2)Background . The provisions of this bill are designed to
address issues related to what is commonly referred to as
"hard money lending," which is the lending of money by private
individuals and small pension plans to other private
individuals and/or businesses. Interest rates are higher as
the risk taken by the lender is usually higher and the loan is
more likely to be secured by the asset than the
creditworthiness of the borrower. Most hard money lenders lend
solely based upon the deal or property at hand.
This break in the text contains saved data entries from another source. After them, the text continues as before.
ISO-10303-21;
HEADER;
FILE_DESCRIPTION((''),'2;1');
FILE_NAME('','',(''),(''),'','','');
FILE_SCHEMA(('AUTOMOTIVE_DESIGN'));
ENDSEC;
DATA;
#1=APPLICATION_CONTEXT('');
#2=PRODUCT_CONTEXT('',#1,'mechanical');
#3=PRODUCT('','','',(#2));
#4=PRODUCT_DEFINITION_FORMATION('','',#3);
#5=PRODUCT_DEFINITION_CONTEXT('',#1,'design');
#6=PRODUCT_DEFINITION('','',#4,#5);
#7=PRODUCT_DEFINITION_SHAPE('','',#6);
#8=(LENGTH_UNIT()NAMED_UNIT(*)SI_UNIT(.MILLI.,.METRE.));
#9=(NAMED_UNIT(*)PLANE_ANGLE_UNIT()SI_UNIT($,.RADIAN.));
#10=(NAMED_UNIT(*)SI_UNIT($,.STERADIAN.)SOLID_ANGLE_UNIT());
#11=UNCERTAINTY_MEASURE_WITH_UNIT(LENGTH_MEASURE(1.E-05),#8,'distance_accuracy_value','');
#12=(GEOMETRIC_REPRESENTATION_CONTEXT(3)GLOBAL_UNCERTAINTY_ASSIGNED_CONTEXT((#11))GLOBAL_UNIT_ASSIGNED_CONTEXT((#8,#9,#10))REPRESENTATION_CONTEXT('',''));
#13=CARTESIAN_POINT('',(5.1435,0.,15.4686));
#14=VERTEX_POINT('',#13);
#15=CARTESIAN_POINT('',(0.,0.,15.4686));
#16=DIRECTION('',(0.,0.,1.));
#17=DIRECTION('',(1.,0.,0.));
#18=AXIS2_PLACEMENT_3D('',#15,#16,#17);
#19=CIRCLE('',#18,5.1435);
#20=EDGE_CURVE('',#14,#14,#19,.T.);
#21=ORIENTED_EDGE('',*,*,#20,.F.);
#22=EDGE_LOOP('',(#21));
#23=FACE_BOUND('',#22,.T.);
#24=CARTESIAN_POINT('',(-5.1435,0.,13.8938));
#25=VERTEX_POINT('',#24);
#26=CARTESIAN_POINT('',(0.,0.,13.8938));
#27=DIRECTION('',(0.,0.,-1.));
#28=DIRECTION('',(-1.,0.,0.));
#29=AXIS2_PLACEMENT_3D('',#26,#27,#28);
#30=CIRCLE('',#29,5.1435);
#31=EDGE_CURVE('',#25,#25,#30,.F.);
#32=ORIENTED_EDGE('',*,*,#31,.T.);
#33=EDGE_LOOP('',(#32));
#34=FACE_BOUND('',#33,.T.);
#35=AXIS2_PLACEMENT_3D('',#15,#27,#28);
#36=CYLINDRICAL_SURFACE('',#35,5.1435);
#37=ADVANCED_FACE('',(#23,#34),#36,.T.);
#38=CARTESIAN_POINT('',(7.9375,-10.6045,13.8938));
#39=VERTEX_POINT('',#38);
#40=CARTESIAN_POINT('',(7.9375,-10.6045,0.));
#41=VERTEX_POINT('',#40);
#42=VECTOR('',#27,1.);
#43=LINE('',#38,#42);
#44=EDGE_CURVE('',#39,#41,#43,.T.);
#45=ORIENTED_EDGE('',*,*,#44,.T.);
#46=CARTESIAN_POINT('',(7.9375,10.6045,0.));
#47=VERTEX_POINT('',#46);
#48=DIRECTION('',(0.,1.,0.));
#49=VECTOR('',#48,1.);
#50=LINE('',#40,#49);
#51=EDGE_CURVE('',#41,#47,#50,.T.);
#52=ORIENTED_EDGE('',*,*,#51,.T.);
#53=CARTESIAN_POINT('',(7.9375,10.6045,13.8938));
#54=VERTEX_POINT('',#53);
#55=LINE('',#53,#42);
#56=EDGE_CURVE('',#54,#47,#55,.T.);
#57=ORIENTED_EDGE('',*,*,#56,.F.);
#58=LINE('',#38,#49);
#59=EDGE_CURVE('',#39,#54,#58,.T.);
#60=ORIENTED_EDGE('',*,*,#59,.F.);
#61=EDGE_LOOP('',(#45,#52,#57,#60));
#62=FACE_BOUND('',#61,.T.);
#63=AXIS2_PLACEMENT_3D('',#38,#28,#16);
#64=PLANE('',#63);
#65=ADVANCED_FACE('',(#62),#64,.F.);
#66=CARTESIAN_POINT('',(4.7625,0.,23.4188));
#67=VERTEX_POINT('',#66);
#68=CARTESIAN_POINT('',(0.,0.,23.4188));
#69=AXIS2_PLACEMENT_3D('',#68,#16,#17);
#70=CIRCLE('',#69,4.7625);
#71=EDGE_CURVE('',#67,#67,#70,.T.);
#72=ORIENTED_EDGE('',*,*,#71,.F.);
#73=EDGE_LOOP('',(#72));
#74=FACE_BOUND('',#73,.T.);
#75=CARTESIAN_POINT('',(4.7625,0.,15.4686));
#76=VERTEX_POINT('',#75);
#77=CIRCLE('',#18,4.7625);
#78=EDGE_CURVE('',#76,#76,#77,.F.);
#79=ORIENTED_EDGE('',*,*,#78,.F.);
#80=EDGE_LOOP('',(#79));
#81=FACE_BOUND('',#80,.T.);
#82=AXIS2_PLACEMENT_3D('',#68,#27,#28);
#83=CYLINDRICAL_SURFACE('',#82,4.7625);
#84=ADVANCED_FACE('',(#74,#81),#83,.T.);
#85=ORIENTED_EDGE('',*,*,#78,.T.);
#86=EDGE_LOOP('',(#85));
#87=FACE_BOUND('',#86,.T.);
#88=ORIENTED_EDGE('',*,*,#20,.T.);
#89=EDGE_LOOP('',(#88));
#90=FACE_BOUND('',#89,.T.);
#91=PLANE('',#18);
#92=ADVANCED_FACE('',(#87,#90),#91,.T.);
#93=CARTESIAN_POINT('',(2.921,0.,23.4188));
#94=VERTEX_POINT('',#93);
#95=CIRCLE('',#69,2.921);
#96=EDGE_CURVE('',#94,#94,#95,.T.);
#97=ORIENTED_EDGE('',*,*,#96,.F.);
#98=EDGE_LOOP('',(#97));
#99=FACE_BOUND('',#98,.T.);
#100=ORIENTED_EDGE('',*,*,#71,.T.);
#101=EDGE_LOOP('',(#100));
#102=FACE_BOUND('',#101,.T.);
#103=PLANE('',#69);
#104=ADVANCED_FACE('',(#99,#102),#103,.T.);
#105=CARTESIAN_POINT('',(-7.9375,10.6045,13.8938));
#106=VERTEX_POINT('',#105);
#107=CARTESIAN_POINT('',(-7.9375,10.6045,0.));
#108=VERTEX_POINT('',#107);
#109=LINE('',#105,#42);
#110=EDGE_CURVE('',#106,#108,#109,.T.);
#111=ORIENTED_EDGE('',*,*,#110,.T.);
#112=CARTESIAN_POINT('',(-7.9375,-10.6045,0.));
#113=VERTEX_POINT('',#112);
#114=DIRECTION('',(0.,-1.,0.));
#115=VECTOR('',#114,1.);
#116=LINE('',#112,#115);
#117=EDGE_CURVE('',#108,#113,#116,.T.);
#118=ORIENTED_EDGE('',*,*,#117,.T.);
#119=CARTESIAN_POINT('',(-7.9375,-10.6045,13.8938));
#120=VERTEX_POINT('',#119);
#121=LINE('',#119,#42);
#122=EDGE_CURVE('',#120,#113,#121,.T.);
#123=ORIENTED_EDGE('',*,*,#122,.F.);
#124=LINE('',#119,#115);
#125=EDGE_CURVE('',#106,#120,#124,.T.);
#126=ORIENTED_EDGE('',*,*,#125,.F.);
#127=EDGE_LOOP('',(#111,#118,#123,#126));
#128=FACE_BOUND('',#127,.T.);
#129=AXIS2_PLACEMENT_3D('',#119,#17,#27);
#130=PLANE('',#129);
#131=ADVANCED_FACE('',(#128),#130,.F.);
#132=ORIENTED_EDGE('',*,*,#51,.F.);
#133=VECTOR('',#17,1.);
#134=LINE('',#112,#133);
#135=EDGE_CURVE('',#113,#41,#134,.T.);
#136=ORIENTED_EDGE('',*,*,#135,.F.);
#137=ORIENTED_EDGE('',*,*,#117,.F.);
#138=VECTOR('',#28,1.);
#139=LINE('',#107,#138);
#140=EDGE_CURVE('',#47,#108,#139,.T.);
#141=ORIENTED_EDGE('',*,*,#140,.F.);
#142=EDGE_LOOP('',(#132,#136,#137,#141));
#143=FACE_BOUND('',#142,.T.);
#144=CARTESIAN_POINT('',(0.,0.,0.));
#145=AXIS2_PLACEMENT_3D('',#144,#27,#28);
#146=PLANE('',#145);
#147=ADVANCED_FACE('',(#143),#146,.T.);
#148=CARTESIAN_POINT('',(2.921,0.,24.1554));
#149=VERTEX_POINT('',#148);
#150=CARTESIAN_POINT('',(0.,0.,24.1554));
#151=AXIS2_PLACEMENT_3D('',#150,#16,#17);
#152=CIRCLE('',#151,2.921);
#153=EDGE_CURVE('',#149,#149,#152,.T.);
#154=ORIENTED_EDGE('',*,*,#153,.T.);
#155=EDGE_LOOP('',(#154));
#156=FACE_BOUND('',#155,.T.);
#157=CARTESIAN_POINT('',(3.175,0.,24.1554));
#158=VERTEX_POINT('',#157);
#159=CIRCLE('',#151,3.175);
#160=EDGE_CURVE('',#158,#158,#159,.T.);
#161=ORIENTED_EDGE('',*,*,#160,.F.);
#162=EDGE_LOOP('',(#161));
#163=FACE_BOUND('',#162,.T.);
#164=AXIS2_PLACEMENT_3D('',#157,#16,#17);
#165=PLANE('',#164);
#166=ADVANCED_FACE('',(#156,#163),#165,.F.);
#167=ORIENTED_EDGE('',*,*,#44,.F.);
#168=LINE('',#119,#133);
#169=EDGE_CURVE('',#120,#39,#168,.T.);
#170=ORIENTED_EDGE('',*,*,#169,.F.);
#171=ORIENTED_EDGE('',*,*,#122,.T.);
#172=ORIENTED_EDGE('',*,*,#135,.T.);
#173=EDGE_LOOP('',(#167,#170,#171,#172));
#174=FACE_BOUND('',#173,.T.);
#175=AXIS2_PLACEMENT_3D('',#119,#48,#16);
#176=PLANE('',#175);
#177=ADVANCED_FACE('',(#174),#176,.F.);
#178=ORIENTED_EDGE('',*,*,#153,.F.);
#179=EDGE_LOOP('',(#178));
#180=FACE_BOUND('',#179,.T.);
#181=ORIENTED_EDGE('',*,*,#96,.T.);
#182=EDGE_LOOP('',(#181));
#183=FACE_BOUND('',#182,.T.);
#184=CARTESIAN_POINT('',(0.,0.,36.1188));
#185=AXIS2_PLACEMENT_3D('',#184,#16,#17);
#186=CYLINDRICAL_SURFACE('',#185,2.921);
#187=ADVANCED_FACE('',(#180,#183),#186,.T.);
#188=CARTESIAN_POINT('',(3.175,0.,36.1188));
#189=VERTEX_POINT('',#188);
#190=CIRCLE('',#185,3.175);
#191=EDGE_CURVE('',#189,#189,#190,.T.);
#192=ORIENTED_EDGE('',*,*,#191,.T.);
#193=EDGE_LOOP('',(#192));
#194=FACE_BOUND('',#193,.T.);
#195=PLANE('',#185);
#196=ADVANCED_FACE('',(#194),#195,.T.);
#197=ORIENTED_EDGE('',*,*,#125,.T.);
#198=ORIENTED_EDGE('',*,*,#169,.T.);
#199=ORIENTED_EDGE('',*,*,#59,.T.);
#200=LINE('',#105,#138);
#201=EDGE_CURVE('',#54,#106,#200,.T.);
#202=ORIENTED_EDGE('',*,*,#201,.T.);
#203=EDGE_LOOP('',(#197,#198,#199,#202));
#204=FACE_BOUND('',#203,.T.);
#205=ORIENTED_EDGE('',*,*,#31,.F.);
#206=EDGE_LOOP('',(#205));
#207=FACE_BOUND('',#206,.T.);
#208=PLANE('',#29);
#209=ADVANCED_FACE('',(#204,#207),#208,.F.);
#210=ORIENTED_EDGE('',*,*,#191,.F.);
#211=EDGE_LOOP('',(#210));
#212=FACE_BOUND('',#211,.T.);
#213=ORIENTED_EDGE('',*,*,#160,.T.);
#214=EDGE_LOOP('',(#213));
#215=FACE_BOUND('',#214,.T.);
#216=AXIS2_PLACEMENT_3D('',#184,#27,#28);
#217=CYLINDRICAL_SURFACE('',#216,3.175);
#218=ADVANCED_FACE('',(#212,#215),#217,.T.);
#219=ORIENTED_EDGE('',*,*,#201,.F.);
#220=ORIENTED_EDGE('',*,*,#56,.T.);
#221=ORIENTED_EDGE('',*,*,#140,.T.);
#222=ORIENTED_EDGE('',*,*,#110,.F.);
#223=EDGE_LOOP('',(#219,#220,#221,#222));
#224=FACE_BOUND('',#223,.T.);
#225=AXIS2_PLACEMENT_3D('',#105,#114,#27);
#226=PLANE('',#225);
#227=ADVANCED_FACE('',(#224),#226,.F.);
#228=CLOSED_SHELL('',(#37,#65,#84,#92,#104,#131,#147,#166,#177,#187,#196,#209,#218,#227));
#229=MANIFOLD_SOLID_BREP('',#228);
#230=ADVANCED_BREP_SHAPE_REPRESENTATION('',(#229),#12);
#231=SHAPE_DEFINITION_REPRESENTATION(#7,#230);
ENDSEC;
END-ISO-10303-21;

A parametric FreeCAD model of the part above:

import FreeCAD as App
import Part
import Sketcher
from FreeCAD import Vector
Q = App.Units.Quantity


def add_polygon(sketch, points):
    """Adds a closed chain of lines whose ends are joined by coincident constraints."""
    first, n = sketch.GeometryCount, len(points)
    for a, b in zip(points, points[1:] + points[:1]):
        sketch.addGeometry(Part.LineSegment(App.Vector(*a, 0), App.Vector(*b, 0)), False)
    for i in range(n):
        sketch.addConstraint(Sketcher.Constraint("Coincident", first + i, 2, first + (i + 1) % n, 1))

doc = App.newDocument("Part")
params = doc.addObject("Spreadsheet::Sheet", "Params")
for row, (alias, value) in enumerate([
    ("sketch1_width", "0.625 in"),
    ("sketch1_height", "0.835 in"),
    ("pad1_length", "0.547 in"),
    ("sketch2_diameter", "0.405 in"),
    ("pad2_length", "0.062 in"),
    ("sketch3_diameter", "0.375 in"),
    ("pad3_length", "0.375 in"),
    ("sketch4_diameter", "0.25 in"),
    ("pad4_length", "0.875 in"),
    ("sketch5_width", "0.01 in"),
    ("sketch5_height", "0.029 in"),
    ("groove_angle", "360 deg"),
], start=1):
    params.set(f"A{row}", alias)
    params.set(f"B{row}", "=" + value)
    params.setAlias(f"B{row}", alias)

body = doc.addObject("PartDesign::Body", "Body")

# Sketch on XY plane
sketch1 = body.newObject("Sketcher::SketchObject", "Sketch")
sketch1.AttachmentSupport = (doc.getObject("XY_Plane"), [""])
sketch1.MapMode = "FlatFace"
add_polygon(sketch1, [(-8, 11), (-8, -11), (8, -11), (8, 11)])  # lines 0-3
sketch1.addConstraint([
    Sketcher.Constraint("Vertical", 0),
    Sketcher.Constraint("Horizontal", 1),
    Sketcher.Constraint("Vertical", 2),
    Sketcher.Constraint("Horizontal", 3),
    Sketcher.Constraint("Symmetric", 0, 2, 2, 2, -1, 1),
    Sketcher.Constraint("DistanceX", 1, 1, 1, 2, Q("0.625 in")),
    Sketcher.Constraint("DistanceY", 0, 2, 0, 1, Q("0.835 in")),
])
sketch1.setExpression("Constraints[9]", "Params.sketch1_width")
sketch1.setExpression("Constraints[10]", "Params.sketch1_height")
pad1 = body.newObject("PartDesign::Pad", "Pad")
pad1.Profile = sketch1
pad1.setExpression("Length", "Params.pad1_length")

# Sketch on XY plane
sketch2 = body.newObject("Sketcher::SketchObject", "Sketch001")
sketch2.AttachmentSupport = (doc.getObject("XY_Plane"), [""])
sketch2.MapMode = "FlatFace"
sketch2.AttachmentOffset = App.Placement(Vector(0, 0, 0.547 * 25.4), App.Rotation())
sketch2.addGeometry(Part.Circle(Vector(0, 0, 0), Vector(0, 0, 1), 5), False)
sketch2.addConstraint([
    Sketcher.Constraint("Coincident", 0, 3, -1, 1),
    Sketcher.Constraint("Diameter", 0, Q("0.405 in")),
])
sketch2.setExpression("Constraints[1]", "Params.sketch2_diameter")
pad2 = body.newObject("PartDesign::Pad", "Pad001")
pad2.Profile = sketch2
pad2.setExpression("Length", "Params.pad2_length")

# Sketch on XY plane
sketch3 = body.newObject("Sketcher::SketchObject", "Sketch002")
sketch3.AttachmentSupport = (doc.getObject("XY_Plane"), [""])
sketch3.MapMode = "FlatFace"
sketch3.AttachmentOffset = App.Placement(Vector(0, 0, 0.547 * 25.4), App.Rotation())
sketch3.addGeometry(Part.Circle(Vector(0, 0, 0), Vector(0, 0, 1), 4.8), False)
sketch3.addConstraint([
    Sketcher.Constraint("Coincident", 0, 3, -1, 1),
    Sketcher.Constraint("Diameter", 0, Q("0.375 in")),
])
sketch3.setExpression("Constraints[1]", "Params.sketch3_diameter")
pad3 = body.newObject("PartDesign::Pad", "Pad002")
pad3.Profile = sketch3
pad3.setExpression("Length", "Params.pad3_length")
As with all lending, hard money lending has two parts, raising
money from investors and lending that money out. The funds
usually come from private individuals, not a lending
institution. Generally speaking, a license or permit is not
required to solicit investors to invest in real estate
securities. Investor solicitation may be conducted by
licensed real estate brokers, or it may be conducted pursuant
to state and federal securities laws.
Hard money lending is common in real estate and construction
characterized by short-term, high-interest loans and relaxed
underwriting standards. Hard money lending is typically used
by investors intending to buy a blighted property and
rehabilitate it to increase its market value. Most hard money
lending happens in lower-middle class neighborhoods where
property values are relatively stable and blighted properties
are available to purchase at significant discounts. Because
of the nature of the transactions and the risks, hard money
lending is done at high interest rates.
3)Previous legislation .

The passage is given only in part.